With this understanding, I concur in affirming the judgment.
Mr. Justice Frankfurter.
This case raises questions of great delicacy and difficulty. On the one hand is proper regard for habeas corpus, “the great writ of liberty”; on the other hand the duty of civil courts to abstain from intervening in matters constitutionally committed to military justice. The case comes to us on a division of opinion in the Court of Appeals. In the interest of enabling indigent litigants to have the case reviewed in this Court without incurring the enormous cost of printing, we have required to be brought here only one copy of a record consisting of a mass of materials in their original form. Consideration of the case has fallen at the close of the Term. Obviously it has not been possible for every member of the Court to examine such a record. In any event there has not been time for its consideration by me. An examination of it, however, is imperative in view of what seem to me to be the essential issues to be canvassed. I can now only outline the legal issues that are implicit in the case.
The right to invoke habeas corpus to secure freedom is not to be confined by any a priori or technical notions of “jurisdiction.” See my dissent in Sunal v. Large, 332 U. S. 174, 184. And so, if imprisonment is the result of a *149denial of due process, it may be challenged no matter under what authority of Government it was brought about. Congress itself in the exercise of the war power “is subject to applicable constitutional limitations.” Hamilton v. Kentucky Distilleries Co., 251 U. S. 146, 156. It is therefore not freed from the requirements of due process of the Fifth Amendment. But there is no table of weights and measures for ascertaining what constitutes due process. Indeed, it was common ground, in the majority and dissenting opinions below, that due process, in the language of Judge Bazelon, is not “the same in a military setting as it is in a civil setting.” 91 U. S. App. D. C. 208, at 225, 202 F. 2d 335, at 352.
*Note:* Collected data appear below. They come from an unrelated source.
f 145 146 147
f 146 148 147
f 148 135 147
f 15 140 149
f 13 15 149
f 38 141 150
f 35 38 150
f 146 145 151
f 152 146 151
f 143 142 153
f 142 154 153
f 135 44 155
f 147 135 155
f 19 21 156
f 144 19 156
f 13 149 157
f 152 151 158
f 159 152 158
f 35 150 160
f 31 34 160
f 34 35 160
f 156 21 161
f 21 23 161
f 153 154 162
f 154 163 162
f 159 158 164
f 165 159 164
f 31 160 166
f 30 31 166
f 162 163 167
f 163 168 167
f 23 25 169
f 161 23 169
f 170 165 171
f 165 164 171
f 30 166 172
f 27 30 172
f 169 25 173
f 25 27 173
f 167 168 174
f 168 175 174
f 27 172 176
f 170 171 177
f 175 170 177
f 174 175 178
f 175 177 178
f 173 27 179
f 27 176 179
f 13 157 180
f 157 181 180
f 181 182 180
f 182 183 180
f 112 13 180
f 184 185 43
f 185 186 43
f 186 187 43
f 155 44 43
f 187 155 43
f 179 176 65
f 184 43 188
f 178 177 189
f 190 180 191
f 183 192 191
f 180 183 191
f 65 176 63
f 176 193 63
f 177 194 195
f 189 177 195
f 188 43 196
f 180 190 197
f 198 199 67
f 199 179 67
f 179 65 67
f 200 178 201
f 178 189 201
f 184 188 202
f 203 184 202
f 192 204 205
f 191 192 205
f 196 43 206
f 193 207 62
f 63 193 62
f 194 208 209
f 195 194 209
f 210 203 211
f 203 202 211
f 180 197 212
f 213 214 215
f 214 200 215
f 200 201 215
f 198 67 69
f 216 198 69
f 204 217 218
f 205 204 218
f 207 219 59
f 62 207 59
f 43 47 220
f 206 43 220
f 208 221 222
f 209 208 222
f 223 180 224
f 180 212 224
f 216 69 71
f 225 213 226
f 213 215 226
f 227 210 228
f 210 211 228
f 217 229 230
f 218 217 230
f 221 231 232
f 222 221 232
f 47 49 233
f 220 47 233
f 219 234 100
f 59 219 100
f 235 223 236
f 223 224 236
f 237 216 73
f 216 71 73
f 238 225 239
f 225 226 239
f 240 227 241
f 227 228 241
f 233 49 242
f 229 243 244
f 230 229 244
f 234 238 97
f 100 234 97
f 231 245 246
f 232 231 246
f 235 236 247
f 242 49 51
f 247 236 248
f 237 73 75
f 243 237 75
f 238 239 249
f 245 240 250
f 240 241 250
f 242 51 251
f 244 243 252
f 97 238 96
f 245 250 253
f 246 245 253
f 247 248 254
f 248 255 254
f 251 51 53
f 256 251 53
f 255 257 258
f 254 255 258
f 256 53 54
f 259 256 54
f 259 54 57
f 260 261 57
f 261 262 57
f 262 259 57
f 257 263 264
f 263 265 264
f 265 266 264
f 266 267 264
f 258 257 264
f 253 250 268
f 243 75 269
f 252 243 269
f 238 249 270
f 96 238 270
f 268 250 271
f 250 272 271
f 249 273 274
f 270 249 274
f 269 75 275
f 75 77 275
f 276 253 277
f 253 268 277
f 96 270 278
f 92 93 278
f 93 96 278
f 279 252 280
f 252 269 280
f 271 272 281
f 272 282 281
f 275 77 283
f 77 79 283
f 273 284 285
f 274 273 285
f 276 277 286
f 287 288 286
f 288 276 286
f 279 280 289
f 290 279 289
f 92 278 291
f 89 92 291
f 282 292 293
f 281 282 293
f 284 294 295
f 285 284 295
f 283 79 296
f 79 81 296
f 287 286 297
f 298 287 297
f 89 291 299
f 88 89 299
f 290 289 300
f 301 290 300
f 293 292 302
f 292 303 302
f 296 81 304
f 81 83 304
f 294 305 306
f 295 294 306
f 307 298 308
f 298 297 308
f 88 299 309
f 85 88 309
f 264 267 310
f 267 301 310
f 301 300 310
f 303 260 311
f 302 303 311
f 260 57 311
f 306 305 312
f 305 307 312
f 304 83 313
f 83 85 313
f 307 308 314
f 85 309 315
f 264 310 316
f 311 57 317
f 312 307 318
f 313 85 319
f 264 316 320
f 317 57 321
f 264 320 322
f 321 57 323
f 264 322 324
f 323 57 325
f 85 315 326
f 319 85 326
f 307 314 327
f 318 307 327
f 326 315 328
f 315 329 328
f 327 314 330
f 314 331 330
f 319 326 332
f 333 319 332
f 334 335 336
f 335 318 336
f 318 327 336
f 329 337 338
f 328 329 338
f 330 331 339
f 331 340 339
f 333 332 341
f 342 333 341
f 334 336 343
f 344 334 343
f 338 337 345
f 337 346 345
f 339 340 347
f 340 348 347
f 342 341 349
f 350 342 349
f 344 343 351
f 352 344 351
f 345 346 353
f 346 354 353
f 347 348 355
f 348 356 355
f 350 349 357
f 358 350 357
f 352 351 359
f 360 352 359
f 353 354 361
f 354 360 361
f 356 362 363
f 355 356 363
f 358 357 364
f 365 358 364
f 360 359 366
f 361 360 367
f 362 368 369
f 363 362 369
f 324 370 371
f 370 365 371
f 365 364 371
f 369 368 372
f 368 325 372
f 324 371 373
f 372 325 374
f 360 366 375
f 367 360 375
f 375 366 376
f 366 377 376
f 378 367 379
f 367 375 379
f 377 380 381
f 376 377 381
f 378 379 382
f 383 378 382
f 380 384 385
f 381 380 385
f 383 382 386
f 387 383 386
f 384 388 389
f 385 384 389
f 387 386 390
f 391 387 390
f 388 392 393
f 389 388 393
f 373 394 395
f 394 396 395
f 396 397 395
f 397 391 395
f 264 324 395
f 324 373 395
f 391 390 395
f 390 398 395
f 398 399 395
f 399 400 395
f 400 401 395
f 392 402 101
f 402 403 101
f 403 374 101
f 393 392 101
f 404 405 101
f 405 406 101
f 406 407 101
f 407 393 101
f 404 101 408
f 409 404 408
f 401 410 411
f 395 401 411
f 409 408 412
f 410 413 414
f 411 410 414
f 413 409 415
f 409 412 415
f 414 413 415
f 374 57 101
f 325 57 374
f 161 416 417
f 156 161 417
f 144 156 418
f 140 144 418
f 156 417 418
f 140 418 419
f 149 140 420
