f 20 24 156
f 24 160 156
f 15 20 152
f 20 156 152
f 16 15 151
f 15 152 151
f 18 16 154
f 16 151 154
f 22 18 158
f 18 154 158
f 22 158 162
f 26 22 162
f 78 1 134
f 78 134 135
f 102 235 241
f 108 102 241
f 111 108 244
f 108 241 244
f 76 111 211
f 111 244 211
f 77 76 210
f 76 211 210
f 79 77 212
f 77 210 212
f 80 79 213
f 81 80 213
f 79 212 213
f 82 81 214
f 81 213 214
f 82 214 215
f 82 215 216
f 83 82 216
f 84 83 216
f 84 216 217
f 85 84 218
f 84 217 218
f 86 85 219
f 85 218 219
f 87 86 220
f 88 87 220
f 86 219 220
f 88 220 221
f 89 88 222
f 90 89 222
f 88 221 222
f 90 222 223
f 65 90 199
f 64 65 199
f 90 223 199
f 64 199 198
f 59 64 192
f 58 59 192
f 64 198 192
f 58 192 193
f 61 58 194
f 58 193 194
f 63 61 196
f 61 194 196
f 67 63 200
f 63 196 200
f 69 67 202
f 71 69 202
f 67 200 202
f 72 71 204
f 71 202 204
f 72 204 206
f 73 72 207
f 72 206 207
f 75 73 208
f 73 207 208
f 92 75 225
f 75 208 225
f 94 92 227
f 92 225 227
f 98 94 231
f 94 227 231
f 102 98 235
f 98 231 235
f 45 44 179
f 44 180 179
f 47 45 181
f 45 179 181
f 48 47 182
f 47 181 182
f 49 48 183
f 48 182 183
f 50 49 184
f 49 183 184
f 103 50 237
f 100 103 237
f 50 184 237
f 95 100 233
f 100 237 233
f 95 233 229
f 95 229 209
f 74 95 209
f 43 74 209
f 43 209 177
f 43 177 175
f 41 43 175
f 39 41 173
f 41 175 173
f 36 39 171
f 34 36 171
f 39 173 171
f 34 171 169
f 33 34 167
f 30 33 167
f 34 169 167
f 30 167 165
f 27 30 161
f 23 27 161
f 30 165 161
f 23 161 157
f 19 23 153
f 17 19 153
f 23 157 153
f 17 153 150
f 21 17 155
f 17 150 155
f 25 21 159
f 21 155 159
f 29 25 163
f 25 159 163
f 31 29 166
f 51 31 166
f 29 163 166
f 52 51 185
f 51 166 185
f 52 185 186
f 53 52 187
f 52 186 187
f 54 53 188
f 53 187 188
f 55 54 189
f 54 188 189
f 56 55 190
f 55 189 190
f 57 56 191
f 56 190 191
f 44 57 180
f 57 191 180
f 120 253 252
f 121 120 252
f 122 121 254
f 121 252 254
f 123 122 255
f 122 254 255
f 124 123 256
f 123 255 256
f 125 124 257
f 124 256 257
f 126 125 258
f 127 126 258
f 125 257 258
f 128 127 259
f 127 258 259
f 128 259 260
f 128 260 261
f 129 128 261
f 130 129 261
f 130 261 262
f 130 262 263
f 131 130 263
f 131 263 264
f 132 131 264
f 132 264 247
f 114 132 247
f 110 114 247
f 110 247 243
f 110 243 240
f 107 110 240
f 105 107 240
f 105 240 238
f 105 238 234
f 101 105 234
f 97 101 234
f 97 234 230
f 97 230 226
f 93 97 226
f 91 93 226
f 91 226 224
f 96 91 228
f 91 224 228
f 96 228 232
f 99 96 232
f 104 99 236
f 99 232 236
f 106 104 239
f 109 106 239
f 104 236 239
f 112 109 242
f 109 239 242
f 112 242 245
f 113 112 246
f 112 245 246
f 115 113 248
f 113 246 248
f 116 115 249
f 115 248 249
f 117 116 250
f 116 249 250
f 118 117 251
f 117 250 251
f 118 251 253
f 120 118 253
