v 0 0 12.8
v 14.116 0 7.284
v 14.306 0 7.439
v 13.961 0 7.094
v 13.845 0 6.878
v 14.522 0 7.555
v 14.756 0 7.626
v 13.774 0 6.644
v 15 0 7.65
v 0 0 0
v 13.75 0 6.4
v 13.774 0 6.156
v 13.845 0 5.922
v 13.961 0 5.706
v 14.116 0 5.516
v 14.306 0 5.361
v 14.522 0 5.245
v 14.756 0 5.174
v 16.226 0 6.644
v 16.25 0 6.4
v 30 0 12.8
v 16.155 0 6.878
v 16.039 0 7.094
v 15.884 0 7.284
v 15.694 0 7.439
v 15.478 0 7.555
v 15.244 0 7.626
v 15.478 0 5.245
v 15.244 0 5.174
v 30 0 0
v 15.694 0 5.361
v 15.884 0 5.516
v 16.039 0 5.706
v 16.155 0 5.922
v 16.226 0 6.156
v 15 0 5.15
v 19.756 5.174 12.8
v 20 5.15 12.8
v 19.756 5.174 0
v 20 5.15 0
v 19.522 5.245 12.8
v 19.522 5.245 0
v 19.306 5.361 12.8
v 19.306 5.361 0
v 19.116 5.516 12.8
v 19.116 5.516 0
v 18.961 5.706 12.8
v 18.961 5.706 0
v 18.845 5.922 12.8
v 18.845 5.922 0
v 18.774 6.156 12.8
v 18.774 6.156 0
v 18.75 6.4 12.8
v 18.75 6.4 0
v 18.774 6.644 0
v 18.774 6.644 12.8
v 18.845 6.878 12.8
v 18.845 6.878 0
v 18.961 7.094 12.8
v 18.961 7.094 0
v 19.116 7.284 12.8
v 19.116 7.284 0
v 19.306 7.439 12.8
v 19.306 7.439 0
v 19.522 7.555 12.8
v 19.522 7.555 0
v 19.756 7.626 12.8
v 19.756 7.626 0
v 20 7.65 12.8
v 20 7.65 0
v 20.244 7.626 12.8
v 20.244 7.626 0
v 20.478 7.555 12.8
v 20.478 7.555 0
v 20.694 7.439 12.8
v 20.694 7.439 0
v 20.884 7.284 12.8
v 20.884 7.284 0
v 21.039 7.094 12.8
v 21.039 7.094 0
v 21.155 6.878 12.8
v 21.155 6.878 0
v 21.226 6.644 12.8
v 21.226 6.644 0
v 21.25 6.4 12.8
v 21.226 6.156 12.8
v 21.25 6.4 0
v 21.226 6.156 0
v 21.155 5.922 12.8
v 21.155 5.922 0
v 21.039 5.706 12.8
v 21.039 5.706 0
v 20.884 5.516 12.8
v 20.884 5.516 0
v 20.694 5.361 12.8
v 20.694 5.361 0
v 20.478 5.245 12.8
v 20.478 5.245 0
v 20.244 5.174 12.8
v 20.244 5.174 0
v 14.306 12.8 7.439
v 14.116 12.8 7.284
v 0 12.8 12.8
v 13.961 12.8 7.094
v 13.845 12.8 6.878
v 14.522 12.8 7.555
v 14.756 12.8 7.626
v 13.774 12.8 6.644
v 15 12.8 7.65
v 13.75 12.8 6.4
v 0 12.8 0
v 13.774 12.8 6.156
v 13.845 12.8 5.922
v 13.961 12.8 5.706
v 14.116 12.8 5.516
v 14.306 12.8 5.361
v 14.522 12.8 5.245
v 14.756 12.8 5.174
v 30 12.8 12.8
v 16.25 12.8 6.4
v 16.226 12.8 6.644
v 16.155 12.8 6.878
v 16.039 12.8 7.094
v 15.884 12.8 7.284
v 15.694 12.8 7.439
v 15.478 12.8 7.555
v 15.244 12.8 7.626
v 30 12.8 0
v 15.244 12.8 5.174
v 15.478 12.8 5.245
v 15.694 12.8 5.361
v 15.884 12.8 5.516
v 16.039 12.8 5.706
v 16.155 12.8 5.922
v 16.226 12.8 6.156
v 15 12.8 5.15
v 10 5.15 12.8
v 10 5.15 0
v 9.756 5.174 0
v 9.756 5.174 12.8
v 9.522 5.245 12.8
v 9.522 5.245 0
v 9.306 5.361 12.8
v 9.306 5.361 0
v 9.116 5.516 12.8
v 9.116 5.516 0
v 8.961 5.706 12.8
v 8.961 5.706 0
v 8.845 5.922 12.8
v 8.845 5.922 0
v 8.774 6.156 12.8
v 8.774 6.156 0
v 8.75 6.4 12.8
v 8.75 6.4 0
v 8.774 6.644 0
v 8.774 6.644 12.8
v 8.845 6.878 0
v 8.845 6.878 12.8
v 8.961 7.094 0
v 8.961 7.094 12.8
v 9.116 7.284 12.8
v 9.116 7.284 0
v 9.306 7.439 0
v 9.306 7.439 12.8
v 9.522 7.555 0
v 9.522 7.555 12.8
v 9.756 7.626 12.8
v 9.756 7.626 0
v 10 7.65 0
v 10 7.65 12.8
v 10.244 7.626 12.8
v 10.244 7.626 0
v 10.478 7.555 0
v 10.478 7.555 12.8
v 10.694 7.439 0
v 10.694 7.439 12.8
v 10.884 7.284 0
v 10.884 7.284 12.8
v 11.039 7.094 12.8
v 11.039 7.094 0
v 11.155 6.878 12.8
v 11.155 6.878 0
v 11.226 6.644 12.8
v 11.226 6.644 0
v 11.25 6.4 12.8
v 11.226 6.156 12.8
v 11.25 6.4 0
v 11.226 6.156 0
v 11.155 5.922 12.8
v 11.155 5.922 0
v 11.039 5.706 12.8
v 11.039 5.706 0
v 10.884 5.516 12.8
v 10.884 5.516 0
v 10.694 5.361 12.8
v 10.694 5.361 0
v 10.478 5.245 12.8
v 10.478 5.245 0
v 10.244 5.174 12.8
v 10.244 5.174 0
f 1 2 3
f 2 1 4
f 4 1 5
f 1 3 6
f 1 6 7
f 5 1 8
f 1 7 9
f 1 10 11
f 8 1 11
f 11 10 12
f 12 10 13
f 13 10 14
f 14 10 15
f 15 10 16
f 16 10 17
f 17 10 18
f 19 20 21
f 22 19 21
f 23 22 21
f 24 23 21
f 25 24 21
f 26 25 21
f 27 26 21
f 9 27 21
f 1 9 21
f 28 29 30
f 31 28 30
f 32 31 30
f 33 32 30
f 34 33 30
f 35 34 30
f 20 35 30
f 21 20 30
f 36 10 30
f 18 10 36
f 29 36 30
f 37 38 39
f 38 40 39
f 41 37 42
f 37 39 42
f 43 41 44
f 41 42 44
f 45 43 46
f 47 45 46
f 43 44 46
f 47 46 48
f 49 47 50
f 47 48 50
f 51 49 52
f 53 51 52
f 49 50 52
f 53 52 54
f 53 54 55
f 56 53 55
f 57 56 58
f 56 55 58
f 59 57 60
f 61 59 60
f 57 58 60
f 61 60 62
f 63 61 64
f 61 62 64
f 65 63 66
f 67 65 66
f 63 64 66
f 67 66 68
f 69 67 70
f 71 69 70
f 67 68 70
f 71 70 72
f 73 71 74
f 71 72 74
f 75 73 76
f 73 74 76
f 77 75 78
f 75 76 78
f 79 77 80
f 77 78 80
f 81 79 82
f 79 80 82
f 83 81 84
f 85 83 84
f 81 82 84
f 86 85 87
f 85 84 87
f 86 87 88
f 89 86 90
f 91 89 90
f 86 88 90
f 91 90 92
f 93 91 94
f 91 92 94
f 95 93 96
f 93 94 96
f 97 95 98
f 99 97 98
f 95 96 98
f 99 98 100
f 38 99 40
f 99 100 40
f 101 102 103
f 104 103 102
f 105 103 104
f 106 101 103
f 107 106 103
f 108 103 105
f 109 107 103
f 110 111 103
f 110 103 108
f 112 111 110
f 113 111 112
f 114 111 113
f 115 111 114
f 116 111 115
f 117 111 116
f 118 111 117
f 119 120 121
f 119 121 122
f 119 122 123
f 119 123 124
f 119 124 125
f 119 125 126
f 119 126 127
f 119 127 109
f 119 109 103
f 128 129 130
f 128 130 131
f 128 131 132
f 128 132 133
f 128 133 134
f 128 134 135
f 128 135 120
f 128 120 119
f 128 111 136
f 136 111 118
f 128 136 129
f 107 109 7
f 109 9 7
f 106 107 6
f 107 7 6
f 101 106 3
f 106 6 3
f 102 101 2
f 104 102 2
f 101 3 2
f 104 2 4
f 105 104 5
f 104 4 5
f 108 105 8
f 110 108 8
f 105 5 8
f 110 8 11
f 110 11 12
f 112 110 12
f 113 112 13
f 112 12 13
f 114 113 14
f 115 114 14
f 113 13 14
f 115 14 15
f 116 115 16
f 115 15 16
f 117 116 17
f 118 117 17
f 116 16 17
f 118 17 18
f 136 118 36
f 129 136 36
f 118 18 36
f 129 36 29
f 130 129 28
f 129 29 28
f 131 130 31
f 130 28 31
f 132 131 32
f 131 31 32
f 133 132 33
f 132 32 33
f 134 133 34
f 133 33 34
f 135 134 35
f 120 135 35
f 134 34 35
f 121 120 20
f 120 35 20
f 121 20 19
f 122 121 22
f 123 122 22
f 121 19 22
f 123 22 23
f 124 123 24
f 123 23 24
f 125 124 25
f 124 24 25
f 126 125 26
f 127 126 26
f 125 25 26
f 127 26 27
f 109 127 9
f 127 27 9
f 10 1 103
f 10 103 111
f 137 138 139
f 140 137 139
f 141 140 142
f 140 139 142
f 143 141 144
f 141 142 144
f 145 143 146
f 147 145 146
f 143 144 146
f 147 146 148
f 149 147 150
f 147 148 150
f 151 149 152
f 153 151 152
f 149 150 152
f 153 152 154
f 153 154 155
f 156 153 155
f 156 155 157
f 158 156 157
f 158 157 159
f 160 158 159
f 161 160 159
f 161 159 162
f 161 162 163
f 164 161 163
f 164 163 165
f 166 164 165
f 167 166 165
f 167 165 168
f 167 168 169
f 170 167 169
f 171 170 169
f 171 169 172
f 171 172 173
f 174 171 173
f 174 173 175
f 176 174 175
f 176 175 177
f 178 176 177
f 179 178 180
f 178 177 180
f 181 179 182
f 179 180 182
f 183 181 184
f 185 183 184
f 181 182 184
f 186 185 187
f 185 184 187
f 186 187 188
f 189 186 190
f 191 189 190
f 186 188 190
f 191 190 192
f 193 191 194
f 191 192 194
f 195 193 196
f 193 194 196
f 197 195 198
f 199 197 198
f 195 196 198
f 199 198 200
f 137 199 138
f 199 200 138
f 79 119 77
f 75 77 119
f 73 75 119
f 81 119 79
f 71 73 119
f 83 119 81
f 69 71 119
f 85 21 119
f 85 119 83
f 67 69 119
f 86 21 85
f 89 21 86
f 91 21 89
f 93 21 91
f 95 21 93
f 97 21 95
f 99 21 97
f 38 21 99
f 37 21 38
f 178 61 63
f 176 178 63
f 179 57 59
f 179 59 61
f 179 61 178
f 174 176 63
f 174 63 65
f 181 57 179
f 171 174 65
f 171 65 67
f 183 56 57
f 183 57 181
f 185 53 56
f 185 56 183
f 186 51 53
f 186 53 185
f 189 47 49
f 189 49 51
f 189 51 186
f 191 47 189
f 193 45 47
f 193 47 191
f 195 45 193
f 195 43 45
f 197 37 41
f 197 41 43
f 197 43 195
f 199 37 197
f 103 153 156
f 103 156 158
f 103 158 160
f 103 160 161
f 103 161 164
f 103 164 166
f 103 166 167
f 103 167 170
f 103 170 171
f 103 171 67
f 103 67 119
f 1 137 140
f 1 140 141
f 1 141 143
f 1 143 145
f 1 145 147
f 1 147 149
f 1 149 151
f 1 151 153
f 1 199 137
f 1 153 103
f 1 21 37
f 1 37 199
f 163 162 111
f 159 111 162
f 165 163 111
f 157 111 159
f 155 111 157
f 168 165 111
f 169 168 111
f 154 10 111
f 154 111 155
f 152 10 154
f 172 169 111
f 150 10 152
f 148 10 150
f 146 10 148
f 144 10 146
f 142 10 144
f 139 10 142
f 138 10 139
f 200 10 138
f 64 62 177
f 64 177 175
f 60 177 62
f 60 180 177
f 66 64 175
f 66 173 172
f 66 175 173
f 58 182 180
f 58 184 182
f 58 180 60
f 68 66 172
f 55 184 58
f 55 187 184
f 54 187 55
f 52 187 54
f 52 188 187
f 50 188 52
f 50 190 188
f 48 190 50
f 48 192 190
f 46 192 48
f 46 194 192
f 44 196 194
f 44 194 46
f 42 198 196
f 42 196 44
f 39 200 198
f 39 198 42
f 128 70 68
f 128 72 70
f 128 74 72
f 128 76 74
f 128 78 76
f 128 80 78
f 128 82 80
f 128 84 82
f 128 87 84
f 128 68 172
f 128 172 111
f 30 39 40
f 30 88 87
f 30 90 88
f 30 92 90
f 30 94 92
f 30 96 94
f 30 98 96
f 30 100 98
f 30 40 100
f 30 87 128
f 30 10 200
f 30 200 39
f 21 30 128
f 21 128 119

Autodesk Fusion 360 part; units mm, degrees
sketch "Sketch1" plane through (0, 0, 0) normal (0, 1, 0) x (1, 0, 0)
  line L0 (0, 0) -> (30, 0)
  line L1 (30, 0) -> (30, -12.8)
  line L2 (30, -12.8) -> (0, -12.8)
  line L3 (0, -12.8) -> (0, 0)
  dimension "d1" = 30
  dimension "d2" = 12.8
extrude "Extrude1" add sketch "Sketch1" along normal blind 12.8
sketch "Sketch2" plane through (0, 12.8, 0) normal (0, 1, 0) x (-1, 0, 0)
  line L0 (0, 12.8) -> (-30, 12.8)
  line L1 (-30, 12.8) -> (-30, 0)
  line L2 (-30, 0) -> (0, 0)
  line L3 (0, 0) -> (0, 12.8)
  line L4 (-15, 0) -> (-15, 12.8) construction
  line L5 (0, 6.4) -> (-30, 6.4) construction
  point P0 (-15, 6.4)
hole "Hole1" at (15, 12.8, 6.4) direction (0, -1, 0) diameter 2.5 end through all
sketch "Sketch3" plane through (0, 0, 12.8) normal (0, 0, 1) x (1, 0, 0)
  line L0 (0, 0) -> (30, 0)
  line L1 (30, 0) -> (30, 12.8)
  line L2 (30, 12.8) -> (0, 12.8)
  line L3 (0, 12.8) -> (0, 0)
  line L4 (0, 6.4) -> (30, 6.4) construction
  point P0 (5, 6.4)
  point P1 (15, 6.4)
  dimension "d8" = 10
  dimension "d9" = 5
hole "Hole2" at (10, 6.4, 12.8) direction (0, 0, -1) diameter 2.5 end through all
hole "Hole3" at (20, 6.4, 12.8) direction (0, 0, -1) diameter 2.5 end through all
I cannot agree that the only inquiry that is open on an application for habeas corpus challenging a sentence of a military tribunal is whether that tribunal was legally constituted and had jurisdiction, technically speaking, over the person and the crime. Again, I cannot agree that the scope of inquiry is the same as that open to us on review of State convictions; the content of due process in civil trials does not control what is due process in military trials. Nor is the duty of the civil courts upon habeas corpus met simply when it is found that the military sentence has been reviewed by the military hierarchy, although in a debatable situation we should no doubt attach more weight to the conclusions reached on controversial facts by military appellate courts than to those reached by the highest court of a State.
In the light of these considerations I cannot assume the responsibility, where life is at stake, of concurring in the judgment of the Court. Equally, however, I would not feel justified in reversing the judgment. My duty, as I see it, is to resolve the dilemma by doing neither. It is my view that this is not just a case involving individuals. Issues of far-reaching import are at stake which call for further consideration. They were not explored in all *150their significance in the submissions made to the Court. While this case arose prior to the new Code of Military-Justice, 64 Stat. 107, it necessarily will have a strong bearing upon the relations of the civil courts to the new Court of Military Appeals. The short of it is that I believe this case should be set down for reargument.*

 Art. I, § 8, cl. 14.

 This particular case comes up under the former Revised Articles of War, 62 Stat. 627, now supplanted by the Uniform Code of Military Justice, 64 Stat. 107, 50 U. S. C. (Supp. V) § 551 et seq.